Would you output all the data exactly as it stands?

******

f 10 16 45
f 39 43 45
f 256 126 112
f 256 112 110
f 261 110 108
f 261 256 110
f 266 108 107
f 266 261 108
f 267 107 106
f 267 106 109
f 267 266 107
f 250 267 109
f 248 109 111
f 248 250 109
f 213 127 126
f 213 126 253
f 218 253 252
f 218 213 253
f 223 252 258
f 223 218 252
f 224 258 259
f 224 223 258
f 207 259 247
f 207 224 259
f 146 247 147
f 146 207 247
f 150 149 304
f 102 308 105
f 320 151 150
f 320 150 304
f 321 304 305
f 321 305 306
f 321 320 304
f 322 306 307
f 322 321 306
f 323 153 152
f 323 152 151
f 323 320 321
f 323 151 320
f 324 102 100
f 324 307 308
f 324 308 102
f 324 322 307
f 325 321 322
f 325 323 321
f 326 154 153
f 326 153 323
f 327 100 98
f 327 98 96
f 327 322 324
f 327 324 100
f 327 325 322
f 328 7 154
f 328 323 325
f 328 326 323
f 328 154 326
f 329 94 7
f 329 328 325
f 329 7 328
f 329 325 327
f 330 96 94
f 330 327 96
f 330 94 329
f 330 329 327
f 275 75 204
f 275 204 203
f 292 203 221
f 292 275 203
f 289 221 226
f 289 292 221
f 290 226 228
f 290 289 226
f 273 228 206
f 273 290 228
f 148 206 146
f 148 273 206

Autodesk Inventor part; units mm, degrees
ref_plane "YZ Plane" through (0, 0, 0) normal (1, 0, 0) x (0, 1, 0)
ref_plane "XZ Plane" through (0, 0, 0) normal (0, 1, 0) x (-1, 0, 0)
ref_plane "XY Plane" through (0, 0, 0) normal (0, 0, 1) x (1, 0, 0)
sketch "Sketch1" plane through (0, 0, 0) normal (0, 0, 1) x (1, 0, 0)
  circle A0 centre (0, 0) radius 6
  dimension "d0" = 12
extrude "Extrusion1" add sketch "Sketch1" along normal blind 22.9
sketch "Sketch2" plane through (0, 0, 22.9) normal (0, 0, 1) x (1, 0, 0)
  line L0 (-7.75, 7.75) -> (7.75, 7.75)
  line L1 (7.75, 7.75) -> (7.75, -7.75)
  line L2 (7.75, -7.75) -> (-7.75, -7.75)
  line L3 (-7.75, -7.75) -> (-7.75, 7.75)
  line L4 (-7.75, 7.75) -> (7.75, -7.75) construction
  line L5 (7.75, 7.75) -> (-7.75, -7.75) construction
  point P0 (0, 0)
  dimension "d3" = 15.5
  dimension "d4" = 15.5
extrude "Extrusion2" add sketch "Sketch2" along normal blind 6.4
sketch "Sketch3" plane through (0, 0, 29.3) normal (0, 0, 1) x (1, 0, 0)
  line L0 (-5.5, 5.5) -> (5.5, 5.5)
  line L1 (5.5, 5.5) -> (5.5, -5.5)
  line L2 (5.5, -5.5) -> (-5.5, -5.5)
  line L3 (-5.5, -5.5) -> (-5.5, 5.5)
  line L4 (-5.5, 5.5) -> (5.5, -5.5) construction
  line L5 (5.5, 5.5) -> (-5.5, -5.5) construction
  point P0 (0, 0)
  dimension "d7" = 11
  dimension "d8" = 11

******

▶ Task response:
f 10 16 45
f 39 43 45
f 256 126 112
f 256 112 110
f 261 110 108
f 261 256 110
f 266 108 107
f 266 261 108
f 267 107 106
f 267 106 109
f 267 266 107
f 250 267 109
f 248 109 111
f 248 250 109
f 213 127 126
f 213 126 253
f 218 253 252
f 218 213 253
f 223 252 258
f 223 218 252
f 224 258 259
f 224 223 258
f 207 259 247
f 207 224 259
f 146 247 147
f 146 207 247
f 150 149 304
f 102 308 105
f 320 151 150
f 320 150 304
f 321 304 305
f 321 305 306
f 321 320 304
f 322 306 307
f 322 321 306
f 323 153 152
f 323 152 151
f 323 320 321
f 323 151 320
f 324 102 100
f 324 307 308
f 324 308 102
f 324 322 307
f 325 321 322
f 325 323 321
f 326 154 153
f 326 153 323
f 327 100 98
f 327 98 96
f 327 322 324
f 327 324 100
f 327 325 322
f 328 7 154
f 328 323 325
f 328 326 323
f 328 154 326
f 329 94 7
f 329 328 325
f 329 7 328
f 329 325 327
f 330 96 94
f 330 327 96
f 330 94 329
f 330 329 327
f 275 75 204
f 275 204 203
f 292 203 221
f 292 275 203
f 289 221 226
f 289 292 221
f 290 226 228
f 290 289 226
f 273 228 206
f 273 290 228
f 148 206 146
f 148 273 206

Autodesk Inventor part; units mm, degrees
ref_plane "YZ Plane" through (0, 0, 0) normal (1, 0, 0) x (0, 1, 0)
ref_plane "XZ Plane" through (0, 0, 0) normal (0, 1, 0) x (-1, 0, 0)
ref_plane "XY Plane" through (0, 0, 0) normal (0, 0, 1) x (1, 0, 0)
sketch "Sketch1" plane through (0, 0, 0) normal (0, 0, 1) x (1, 0, 0)
  circle A0 centre (0, 0) radius 6
  dimension "d0" = 12
extrude "Extrusion1" add sketch "Sketch1" along normal blind 22.9
sketch "Sketch2" plane through (0, 0, 22.9) normal (0, 0, 1) x (1, 0, 0)
  line L0 (-7.75, 7.75) -> (7.75, 7.75)
  line L1 (7.75, 7.75) -> (7.75, -7.75)
  line L2 (7.75, -7.75) -> (-7.75, -7.75)
  line L3 (-7.75, -7.75) -> (-7.75, 7.75)
  line L4 (-7.75, 7.75) -> (7.75, -7.75) construction
  line L5 (7.75, 7.75) -> (-7.75, -7.75) construction
  point P0 (0, 0)
  dimension "d3" = 15.5
  dimension "d4" = 15.5
extrude "Extrusion2" add sketch "Sketch2" along normal blind 6.4
sketch "Sketch3" plane through (0, 0, 29.3) normal (0, 0, 1) x (1, 0, 0)
  line L0 (-5.5, 5.5) -> (5.5, 5.5)
  line L1 (5.5, 5.5) -> (5.5, -5.5)
  line L2 (5.5, -5.5) -> (-5.5, -5.5)
  line L3 (-5.5, -5.5) -> (-5.5, 5.5)
  line L4 (-5.5, 5.5) -> (5.5, -5.5) construction
  line L5 (5.5, 5.5) -> (-5.5, -5.5) construction
  point P0 (0, 0)
  dimension "d7" = 11
  dimension "d8" = 11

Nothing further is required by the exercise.